That's why I went on to create a format specification that allows both more compact storage and faster parsing speeds than PGN while preserving its tag system. It's also arguably simpler to implement - it doesn't require a move generator.
I abolished the idea of including comments and annotations within the file. While this is a killer feature for many it's also completely unnecessary for the other many in a format with the goals of compactness and speed it would be just an inconvenience to support. Tradeoffs!
A rough sketch of the format:
It is created specifically for chess. It uses assumptions based on chess rules. It may not work if a position that's not a legal Chess960 position arises.
Every file starts with a 32 byte file header with format identifier and flags.
Currently there are 2 compression levels.
- 0 - 2 bytes per move. packed from square, to square, type, promoted piece. Cannot get simpler than that.

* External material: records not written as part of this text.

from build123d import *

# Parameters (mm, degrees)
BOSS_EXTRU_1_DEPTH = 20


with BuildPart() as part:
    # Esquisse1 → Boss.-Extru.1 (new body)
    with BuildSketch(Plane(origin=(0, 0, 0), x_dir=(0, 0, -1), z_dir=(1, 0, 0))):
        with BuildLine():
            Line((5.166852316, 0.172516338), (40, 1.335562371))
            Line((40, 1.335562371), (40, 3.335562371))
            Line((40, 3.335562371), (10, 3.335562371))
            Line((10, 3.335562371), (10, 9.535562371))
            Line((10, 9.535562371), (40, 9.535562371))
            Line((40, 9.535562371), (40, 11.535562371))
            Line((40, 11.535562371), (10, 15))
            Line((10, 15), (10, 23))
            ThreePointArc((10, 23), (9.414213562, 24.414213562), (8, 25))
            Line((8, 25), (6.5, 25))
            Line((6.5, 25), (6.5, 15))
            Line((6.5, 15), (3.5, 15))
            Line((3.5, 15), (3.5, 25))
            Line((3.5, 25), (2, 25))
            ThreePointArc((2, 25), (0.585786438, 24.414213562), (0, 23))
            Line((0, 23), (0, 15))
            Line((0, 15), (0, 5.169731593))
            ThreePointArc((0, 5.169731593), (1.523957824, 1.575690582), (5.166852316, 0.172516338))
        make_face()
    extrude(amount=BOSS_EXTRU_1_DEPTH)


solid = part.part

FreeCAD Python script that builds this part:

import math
import FreeCAD as App
import Part
import Sketcher

V = App.Vector

doc = App.newDocument("Part")
body = doc.addObject("PartDesign::Body", "Body")

# Sketch on YZ plane
sketch1 = doc.addObject("Sketcher::SketchObject", "Sketch")
body.addObject(sketch1)
sketch1.AttachmentSupport = (doc.YZ_Plane, [""])
sketch1.MapMode = "FlatFace"
sketch1.addGeometry(Part.LineSegment(V(0.2, -5.2, 0), V(1.3, -40, 0)), False)
sketch1.addGeometry(Part.LineSegment(V(1.3, -40, 0), V(3.3, -40, 0)), False)
sketch1.addGeometry(Part.LineSegment(V(3.3, -40, 0), V(3.3, -10, 0)), False)
sketch1.addGeometry(Part.LineSegment(V(3.3, -10, 0), V(9.5, -10, 0)), False)
sketch1.addGeometry(Part.LineSegment(V(9.5, -10, 0), V(9.5, -40, 0)), False)
sketch1.addGeometry(Part.LineSegment(V(9.5, -40, 0), V(11.5, -40, 0)), False)
sketch1.addGeometry(Part.LineSegment(V(11.5, -40, 0), V(15, -10, 0)), False)
sketch1.addGeometry(Part.LineSegment(V(15, -10, 0), V(23, -10, 0)), False)
sketch1.addGeometry(Part.ArcOfCircle(Part.Circle(V(23, -8, 0), V(0, 0, 1), 2), math.radians(-90), math.radians(0)), False)
sketch1.addGeometry(Part.LineSegment(V(25, -8, 0), V(25, -6.5, 0)), False)
sketch1.addGeometry(Part.LineSegment(V(25, -6.5, 0), V(15, -6.5, 0)), False)
sketch1.addGeometry(Part.LineSegment(V(15, -6.5, 0), V(15, -3.5, 0)), False)
sketch1.addGeometry(Part.LineSegment(V(15, -3.5, 0), V(25, -3.5, 0)), False)
sketch1.addGeometry(Part.LineSegment(V(25, -3.5, 0), V(25, -2, 0)), False)
sketch1.addGeometry(Part.ArcOfCircle(Part.Circle(V(23, -2, 0), V(0, 0, 1), 2), math.radians(0), math.radians(90)), False)
sketch1.addGeometry(Part.LineSegment(V(23, 0, 0), V(5.2, 0, 0)), False)
sketch1.addGeometry(Part.ArcOfCircle(Part.Circle(V(5.2, -5, 0), V(0, 0, 1), 5), math.radians(90), math.radians(182)), False)
sketch1.addConstraint(Sketcher.Constraint("Coincident", 0, 2, 1, 1))
sketch1.addConstraint(Sketcher.Constraint("Coincident", 1, 2, 2, 1))
sketch1.addConstraint(Sketcher.Constraint("Coincident", 2, 2, 3, 1))
sketch1.addConstraint(Sketcher.Constraint("Coincident", 3, 2, 4, 1))
sketch1.addConstraint(Sketcher.Constraint("Coincident", 4, 2, 5, 1))
sketch1.addConstraint(Sketcher.Constraint("Coincident", 5, 2, 6, 1))
sketch1.addConstraint(Sketcher.Constraint("Coincident", 6, 2, 7, 1))
sketch1.addConstraint(Sketcher.Constraint("Tangent", 7, 2, 8, 1))
sketch1.addConstraint(Sketcher.Constraint("Tangent", 8, 2, 9, 1))
sketch1.addConstraint(Sketcher.Constraint("Coincident", 9, 2, 10, 1))
sketch1.addConstraint(Sketcher.Constraint("Coincident", 10, 2, 11, 1))
sketch1.addConstraint(Sketcher.Constraint("Coincident", 11, 2, 12, 1))
sketch1.addConstraint(Sketcher.Constraint("Coincident", 12, 2, 13, 1))
sketch1.addConstraint(Sketcher.Constraint("Tangent", 13, 2, 14, 1))
sketch1.addConstraint(Sketcher.Constraint("Tangent", 14, 2, 15, 1))
sketch1.addConstraint(Sketcher.Constraint("Tangent", 15, 2, 16, 1))
sketch1.addConstraint(Sketcher.Constraint("Tangent", 16, 2, 0, 1))
sketch1.addConstraint(Sketcher.Constraint("Horizontal", 1))
sketch1.addConstraint(Sketcher.Constraint("Vertical", 2))
sketch1.addConstraint(Sketcher.Constraint("Horizontal", 3))
sketch1.addConstraint(Sketcher.Constraint("Vertical", 4))
sketch1.addConstraint(Sketcher.Constraint("Horizontal", 5))
sketch1.addConstraint(Sketcher.Constraint("Horizontal", 7))
sketch1.addConstraint(Sketcher.Constraint("Vertical", 9))
sketch1.addConstraint(Sketcher.Constraint("Horizontal", 10))
sketch1.addConstraint(Sketcher.Constraint("Vertical", 11))
sketch1.addConstraint(Sketcher.Constraint("Horizontal", 12))
sketch1.addConstraint(Sketcher.Constraint("Vertical", 13))
sketch1.addConstraint(Sketcher.Constraint("Horizontal", 15))
sketch1.addConstraint(Sketcher.Constraint("Equal", 8, 14))
sketch1.addConstraint(Sketcher.Constraint("PointOnObject", 14, 2, -1))
sketch1.addConstraint(Sketcher.Constraint("Horizontal", 1, 2, 4, 2))
sketch1.addConstraint(Sketcher.Constraint("Horizontal", 3, 2, 6, 2))
sketch1.addConstraint(Sketcher.Constraint("Vertical", 8, 3, 14, 3))
sketch1.addConstraint(Sketcher.Constraint("Vertical", 6, 2, 10, 2))
sketch1.addConstraint(Sketcher.Constraint("Equal", 1, 5))
sketch1.addConstraint(Sketcher.Constraint("Equal", 9, 13))
sketch1.addConstraint(Sketcher.Constraint("Radius", 8, 2.0))
sketch1.addConstraint(Sketcher.Constraint("Radius", 16, 5.0))
sketch1.addConstraint(Sketcher.Constraint("DistanceX", 1, 1, 1, 2, 2.0))
sketch1.addConstraint(Sketcher.Constraint("DistanceX", 7, 1, 7, 2, 8.0))
sketch1.addConstraint(Sketcher.Constraint("DistanceY", 2, 1, 2, 2, 30.0))
sketch1.addConstraint(Sketcher.Constraint("DistanceY", 11, 1, 11, 2, 3.0))
sketch1.addConstraint(Sketcher.Constraint("DistanceX", 3, 1, 3, 2, 6.2))
sketch1.addConstraint(Sketcher.Constraint("DistanceY", 9, 1, 9, 2, 1.5))
sketch1.addConstraint(Sketcher.Constraint("DistanceX", -1, 1, 8, 3, 23.0))
sketch1.addConstraint(Sketcher.Constraint("DistanceX", 15, 2, 15, 1, 17.830268))
sketch1.addConstraint(Sketcher.Constraint("Distance", 0, 34.852559))
pad1 = doc.addObject("PartDesign::Pad", "Pad")
body.addObject(pad1)
pad1.Profile = sketch1
pad1.Length = 20

doc.recompute()
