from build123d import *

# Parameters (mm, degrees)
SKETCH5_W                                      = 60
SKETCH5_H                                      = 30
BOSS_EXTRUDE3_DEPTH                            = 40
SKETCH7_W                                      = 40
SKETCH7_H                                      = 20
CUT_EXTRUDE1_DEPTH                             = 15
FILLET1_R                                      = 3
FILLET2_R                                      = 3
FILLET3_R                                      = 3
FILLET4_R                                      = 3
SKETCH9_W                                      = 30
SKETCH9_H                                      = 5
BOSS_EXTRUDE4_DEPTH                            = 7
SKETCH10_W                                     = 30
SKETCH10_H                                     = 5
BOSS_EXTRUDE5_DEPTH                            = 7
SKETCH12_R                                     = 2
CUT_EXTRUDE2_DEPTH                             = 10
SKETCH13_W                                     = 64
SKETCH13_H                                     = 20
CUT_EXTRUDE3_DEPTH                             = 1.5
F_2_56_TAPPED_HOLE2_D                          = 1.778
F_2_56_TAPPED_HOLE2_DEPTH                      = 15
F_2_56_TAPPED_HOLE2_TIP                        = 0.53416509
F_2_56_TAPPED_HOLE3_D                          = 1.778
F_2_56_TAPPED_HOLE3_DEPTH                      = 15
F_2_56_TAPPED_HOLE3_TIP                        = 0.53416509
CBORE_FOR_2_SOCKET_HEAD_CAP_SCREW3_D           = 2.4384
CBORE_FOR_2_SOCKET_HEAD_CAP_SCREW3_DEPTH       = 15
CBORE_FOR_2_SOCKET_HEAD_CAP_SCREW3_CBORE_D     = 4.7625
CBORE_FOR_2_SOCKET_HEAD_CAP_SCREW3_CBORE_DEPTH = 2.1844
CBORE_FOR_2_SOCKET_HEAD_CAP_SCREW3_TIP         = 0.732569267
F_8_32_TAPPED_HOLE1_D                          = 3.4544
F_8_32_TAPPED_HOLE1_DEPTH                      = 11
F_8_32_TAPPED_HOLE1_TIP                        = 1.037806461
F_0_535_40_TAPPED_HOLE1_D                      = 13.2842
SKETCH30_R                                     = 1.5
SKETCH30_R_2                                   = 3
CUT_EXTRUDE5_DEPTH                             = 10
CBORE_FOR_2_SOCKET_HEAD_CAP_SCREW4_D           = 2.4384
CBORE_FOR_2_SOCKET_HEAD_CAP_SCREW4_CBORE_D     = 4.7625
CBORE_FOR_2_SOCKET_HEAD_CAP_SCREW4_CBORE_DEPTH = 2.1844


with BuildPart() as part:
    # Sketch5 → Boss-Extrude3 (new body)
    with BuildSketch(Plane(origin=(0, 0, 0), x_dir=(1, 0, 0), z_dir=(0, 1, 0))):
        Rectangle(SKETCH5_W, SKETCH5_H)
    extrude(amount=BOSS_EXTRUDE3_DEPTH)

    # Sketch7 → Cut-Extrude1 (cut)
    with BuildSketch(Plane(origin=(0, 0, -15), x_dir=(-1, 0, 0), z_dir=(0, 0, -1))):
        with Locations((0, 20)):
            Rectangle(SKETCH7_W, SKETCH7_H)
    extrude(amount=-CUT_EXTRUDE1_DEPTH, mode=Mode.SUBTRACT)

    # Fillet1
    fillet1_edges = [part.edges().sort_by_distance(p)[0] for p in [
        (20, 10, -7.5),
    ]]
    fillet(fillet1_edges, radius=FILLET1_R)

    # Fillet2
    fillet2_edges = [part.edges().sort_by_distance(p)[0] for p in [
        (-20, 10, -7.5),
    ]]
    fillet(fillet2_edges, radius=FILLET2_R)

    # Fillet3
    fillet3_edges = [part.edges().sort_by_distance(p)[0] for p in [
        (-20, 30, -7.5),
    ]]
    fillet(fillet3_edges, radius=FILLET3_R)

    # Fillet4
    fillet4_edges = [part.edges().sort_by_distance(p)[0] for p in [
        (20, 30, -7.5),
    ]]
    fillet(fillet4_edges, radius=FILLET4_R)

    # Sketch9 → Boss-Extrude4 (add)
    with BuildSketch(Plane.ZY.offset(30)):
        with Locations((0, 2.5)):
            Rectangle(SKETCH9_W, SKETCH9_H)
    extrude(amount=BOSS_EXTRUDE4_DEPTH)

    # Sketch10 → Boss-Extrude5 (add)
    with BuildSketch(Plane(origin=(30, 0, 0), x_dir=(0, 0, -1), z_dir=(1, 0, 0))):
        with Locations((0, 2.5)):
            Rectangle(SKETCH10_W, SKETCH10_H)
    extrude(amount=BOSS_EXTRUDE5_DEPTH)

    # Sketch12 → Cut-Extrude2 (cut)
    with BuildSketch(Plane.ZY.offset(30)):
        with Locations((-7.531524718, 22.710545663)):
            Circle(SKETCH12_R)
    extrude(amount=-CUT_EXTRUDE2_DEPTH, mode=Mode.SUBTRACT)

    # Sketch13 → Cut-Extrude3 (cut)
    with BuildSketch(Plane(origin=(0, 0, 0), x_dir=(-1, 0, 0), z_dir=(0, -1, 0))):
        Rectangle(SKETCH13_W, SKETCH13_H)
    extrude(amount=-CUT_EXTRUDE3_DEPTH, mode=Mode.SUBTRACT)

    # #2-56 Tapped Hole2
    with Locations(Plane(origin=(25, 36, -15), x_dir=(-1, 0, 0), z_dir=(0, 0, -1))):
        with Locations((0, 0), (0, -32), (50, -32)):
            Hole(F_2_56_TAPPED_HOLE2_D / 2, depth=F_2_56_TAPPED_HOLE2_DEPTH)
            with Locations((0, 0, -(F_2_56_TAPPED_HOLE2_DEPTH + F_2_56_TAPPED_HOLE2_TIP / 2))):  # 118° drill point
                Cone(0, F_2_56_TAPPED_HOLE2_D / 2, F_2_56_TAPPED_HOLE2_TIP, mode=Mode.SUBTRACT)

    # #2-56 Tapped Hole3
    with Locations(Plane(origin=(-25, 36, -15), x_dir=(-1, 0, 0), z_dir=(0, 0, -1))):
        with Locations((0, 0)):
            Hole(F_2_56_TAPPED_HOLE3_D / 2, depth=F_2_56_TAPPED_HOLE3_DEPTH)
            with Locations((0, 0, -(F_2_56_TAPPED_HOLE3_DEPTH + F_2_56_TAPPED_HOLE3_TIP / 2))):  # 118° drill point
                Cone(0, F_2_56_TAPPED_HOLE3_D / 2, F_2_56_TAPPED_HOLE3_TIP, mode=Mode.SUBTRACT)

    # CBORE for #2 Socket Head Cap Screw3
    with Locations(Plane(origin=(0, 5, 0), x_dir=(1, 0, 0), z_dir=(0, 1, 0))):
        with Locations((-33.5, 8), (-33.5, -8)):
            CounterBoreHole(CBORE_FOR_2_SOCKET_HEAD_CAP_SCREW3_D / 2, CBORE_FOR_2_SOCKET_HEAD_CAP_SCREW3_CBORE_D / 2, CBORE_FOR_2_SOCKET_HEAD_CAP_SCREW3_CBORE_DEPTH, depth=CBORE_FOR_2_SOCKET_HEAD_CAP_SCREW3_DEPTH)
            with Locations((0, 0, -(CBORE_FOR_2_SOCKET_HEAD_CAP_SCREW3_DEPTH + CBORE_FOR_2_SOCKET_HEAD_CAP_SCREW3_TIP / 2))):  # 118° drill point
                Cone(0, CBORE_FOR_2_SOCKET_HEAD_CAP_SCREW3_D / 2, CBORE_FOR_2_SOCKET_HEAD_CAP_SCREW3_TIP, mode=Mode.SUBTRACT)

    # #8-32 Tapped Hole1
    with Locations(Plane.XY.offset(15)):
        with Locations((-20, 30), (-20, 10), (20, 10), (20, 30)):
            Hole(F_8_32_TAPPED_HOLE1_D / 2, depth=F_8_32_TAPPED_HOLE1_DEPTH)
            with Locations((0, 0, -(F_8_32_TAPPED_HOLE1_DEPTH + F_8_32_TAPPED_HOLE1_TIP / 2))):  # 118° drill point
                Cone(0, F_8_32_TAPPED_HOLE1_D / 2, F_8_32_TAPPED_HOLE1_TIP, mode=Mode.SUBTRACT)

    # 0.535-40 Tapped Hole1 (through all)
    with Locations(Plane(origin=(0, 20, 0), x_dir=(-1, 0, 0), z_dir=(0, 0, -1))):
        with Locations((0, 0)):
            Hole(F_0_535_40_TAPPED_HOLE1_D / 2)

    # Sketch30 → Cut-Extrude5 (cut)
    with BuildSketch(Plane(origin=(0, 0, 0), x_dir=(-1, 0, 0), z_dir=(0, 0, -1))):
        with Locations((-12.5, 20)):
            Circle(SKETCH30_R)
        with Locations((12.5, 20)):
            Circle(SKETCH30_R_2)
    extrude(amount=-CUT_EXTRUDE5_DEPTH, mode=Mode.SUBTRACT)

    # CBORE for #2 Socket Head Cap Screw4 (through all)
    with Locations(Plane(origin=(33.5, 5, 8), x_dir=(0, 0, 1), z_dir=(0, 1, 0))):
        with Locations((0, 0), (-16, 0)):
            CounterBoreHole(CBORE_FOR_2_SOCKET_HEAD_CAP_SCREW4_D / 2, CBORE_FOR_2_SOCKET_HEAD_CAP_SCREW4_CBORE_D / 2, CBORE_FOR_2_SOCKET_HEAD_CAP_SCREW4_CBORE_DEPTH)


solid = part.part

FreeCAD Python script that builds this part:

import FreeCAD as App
import Part
import Sketcher
from FreeCAD import Vector


def edges_at(feature, points):
    """Names of the edges that pass closest to the given points."""
    edges = feature.Shape.Edges
    near = lambda p: min(range(len(edges)), key=lambda i: edges[i].distToShape(Part.Vertex(*p))[0])
    return sorted({f"Edge{near(p) + 1}" for p in points})

doc = App.newDocument("Part")
body = doc.addObject("PartDesign::Body", "Body")

sketch1 = doc.addObject("Sketcher::SketchObject", "Sketch")
body.addObject(sketch1)
sketch1.AttachmentSupport = (doc.XZ_Plane, [""])
sketch1.MapMode = "FlatFace"
sketch1.addGeometry(Part.LineSegment(Vector(-30, -15, 0), Vector(-30, 15, 0)), False)
sketch1.addGeometry(Part.LineSegment(Vector(-30, 15, 0), Vector(30, 15, 0)), False)
sketch1.addGeometry(Part.LineSegment(Vector(30, 15, 0), Vector(30, -15, 0)), False)
sketch1.addGeometry(Part.LineSegment(Vector(30, -15, 0), Vector(-30, -15, 0)), False)
sketch1.addConstraint(Sketcher.Constraint("Coincident", 0, 2, 1, 1))
sketch1.addConstraint(Sketcher.Constraint("Coincident", 1, 2, 2, 1))
sketch1.addConstraint(Sketcher.Constraint("Coincident", 2, 2, 3, 1))
sketch1.addConstraint(Sketcher.Constraint("Coincident", 3, 2, 0, 1))
sketch1.addConstraint(Sketcher.Constraint("Vertical", 0))
sketch1.addConstraint(Sketcher.Constraint("Horizontal", 1))
sketch1.addConstraint(Sketcher.Constraint("Vertical", 2))
sketch1.addConstraint(Sketcher.Constraint("Horizontal", 3))
sketch1.addConstraint(Sketcher.Constraint("Symmetric", 0, 2, 2, 2, -1, 1))
sketch1.addConstraint(Sketcher.Constraint("DistanceX", 1, 1, 1, 2, 60.0))
sketch1.addConstraint(Sketcher.Constraint("DistanceY", 0, 1, 0, 2, 30.0))
pad1 = doc.addObject("PartDesign::Pad", "Pad")
body.addObject(pad1)
pad1.Profile = sketch1
pad1.Length = 40
pad1.Reversed = True

sketch2 = doc.addObject("Sketcher::SketchObject", "Sketch001")
body.addObject(sketch2)
sketch2.AttachmentSupport = (doc.XY_Plane, [""])
sketch2.MapMode = "FlatFace"
sketch2.AttachmentOffset = App.Placement(Vector(0, 0, -15), App.Rotation())
sketch2.addGeometry(Part.LineSegment(Vector(20, 30, 0), Vector(20, 10, 0)), False)
sketch2.addGeometry(Part.LineSegment(Vector(20, 10, 0), Vector(-20, 10, 0)), False)
sketch2.addGeometry(Part.LineSegment(Vector(-20, 10, 0), Vector(-20, 30, 0)), False)
sketch2.addGeometry(Part.LineSegment(Vector(-20, 30, 0), Vector(20, 30, 0)), False)
sketch2.addConstraint(Sketcher.Constraint("Coincident", 0, 2, 1, 1))
sketch2.addConstraint(Sketcher.Constraint("Coincident", 1, 2, 2, 1))
sketch2.addConstraint(Sketcher.Constraint("Coincident", 2, 2, 3, 1))
sketch2.addConstraint(Sketcher.Constraint("Coincident", 3, 2, 0, 1))
sketch2.addConstraint(Sketcher.Constraint("Vertical", 0))
sketch2.addConstraint(Sketcher.Constraint("Horizontal", 1))
sketch2.addConstraint(Sketcher.Constraint("Vertical", 2))
sketch2.addConstraint(Sketcher.Constraint("Horizontal", 3))
sketch2.addConstraint(Sketcher.Constraint("DistanceX", 1, 2, 1, 1, 40.0))
sketch2.addConstraint(Sketcher.Constraint("DistanceY", 0, 2, 0, 1, 20.0))
sketch2.addConstraint(Sketcher.Constraint("DistanceX", -1, 1, 0, 2, 20.0))
sketch2.addConstraint(Sketcher.Constraint("DistanceY", -1, 1, 0, 2, 10.0))
pocket1 = doc.addObject("PartDesign::Pocket", "Pocket")
body.addObject(pocket1)
pocket1.Profile = sketch2
pocket1.Length = 15
pocket1.Reversed = True
doc.recompute()

fillet = doc.addObject("PartDesign::Fillet", "Fillet")
body.addObject(fillet)
fillet.Base = (pocket1, edges_at(pocket1, [(20, 10, -7.5)]))
fillet.Radius = 3
doc.recompute()

fillet2 = doc.addObject("PartDesign::Fillet", "Fillet001")
body.addObject(fillet2)
fillet2.Base = (fillet, edges_at(fillet, [(-20, 10, -7.5)]))
fillet2.Radius = 3
doc.recompute()

fillet3 = doc.addObject("PartDesign::Fillet", "Fillet002")
body.addObject(fillet3)
fillet3.Base = (fillet2, edges_at(fillet2, [(-20, 30, -7.5)]))
fillet3.Radius = 3
doc.recompute()

fillet4 = doc.addObject("PartDesign::Fillet", "Fillet003")
body.addObject(fillet4)
fillet4.Base = (fillet3, edges_at(fillet3, [(20, 30, -7.5)]))
fillet4.Radius = 3

sketch3 = doc.addObject("Sketcher::SketchObject", "Sketch002")
body.addObject(sketch3)
sketch3.AttachmentSupport = (doc.YZ_Plane, [""])
sketch3.MapMode = "FlatFace"
sketch3.AttachmentOffset = App.Placement(Vector(0, 0, -30), App.Rotation())
sketch3.addGeometry(Part.LineSegment(Vector(5, -15, 0), Vector(0, -15, 0)), False)
sketch3.addGeometry(Part.LineSegment(Vector(0, -15, 0), Vector(0, 15, 0)), False)
sketch3.addGeometry(Part.LineSegment(Vector(0, 15, 0), Vector(5, 15, 0)), False)
sketch3.addGeometry(Part.LineSegment(Vector(5, 15, 0), Vector(5, -15, 0)), False)
sketch3.addConstraint(Sketcher.Constraint("Coincident", 0, 2, 1, 1))
sketch3.addConstraint(Sketcher.Constraint("Coincident", 1, 2, 2, 1))
sketch3.addConstraint(Sketcher.Constraint("Coincident", 2, 2, 3, 1))
sketch3.addConstraint(Sketcher.Constraint("Coincident", 3, 2, 0, 1))
sketch3.addConstraint(Sketcher.Constraint("Horizontal", 0))
sketch3.addConstraint(Sketcher.Constraint("Vertical", 1))
sketch3.addConstraint(Sketcher.Constraint("Horizontal", 2))
sketch3.addConstraint(Sketcher.Constraint("Vertical", 3))
sketch3.addConstraint(Sketcher.Constraint("Symmetric", 0, 2, 1, 2, -1, 1))
sketch3.addConstraint(Sketcher.Constraint("DistanceX", 0, 2, 0, 1, 5.0))
sketch3.addConstraint(Sketcher.Constraint("DistanceY", 1, 1, 1, 2, 30.0))
pad2 = doc.addObject("PartDesign::Pad", "Pad001")
body.addObject(pad2)
pad2.Profile = sketch3
pad2.Length = 7
pad2.Reversed = True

- 1 - Almost always 1 byte per move, 2 bytes in very unusual positions. It uses an idea similar to the basis for https://lichess.org/blog/Wqa7GiAAAOIpBL ... ompression but doesn't require legal move generation and is much much faster. Cannot get smaller than that with (well, *almost*) fixed width encodings
The header contains:
- necessary information such as entry_size, header_size, ply_count, result, flags
- a custom start position if necessary
- common tags like date, white_elo, black_elo, white_player, black_player, round, site, event, eco
- may contain additional tags as key value pairs
In the future I may specify optional lz4 compression on top of everything else.
There is also a file scope flag "headerless" that allows reducing the header size to minimum, preserving only result and ply_count information, so the file is basilly just movetext.
Details can be found in the specification here: https://github.com/Sopel97/chess_pos_db ... /docs/bcgn along with pseudo-code.
A reference implementation of a file writer and reader can be found here https://github.com/Sopel97/chess_pos_db ... ess/Bcgn.h https://github.com/Sopel97/chess_pos_db ... s/Bcgn.cpp . With other relevant bits in https://github.com/Sopel97/chess_pos_db ... ss/Chess.h (CompressedMove), https://github.com/Sopel97/chess_pos_db ... Position.h (CompressedPosition) and https://github.com/Sopel97/chess_pos_db ... eIndex.cpp (compression level 1 move encoding/decoding)
I also performed some benchmarks on my oldish pc: https://github.com/Sopel97/chess_pos_db ... vs_bcgn.md
tldr; between 1.5x to 3x faster parsing than a corner-cutting pgn parser implementation
I may do some standalone tools if it gains traction.
Would you want this format to become more widely used?
Would you support it in your software?
What would you change (better do this early on!)?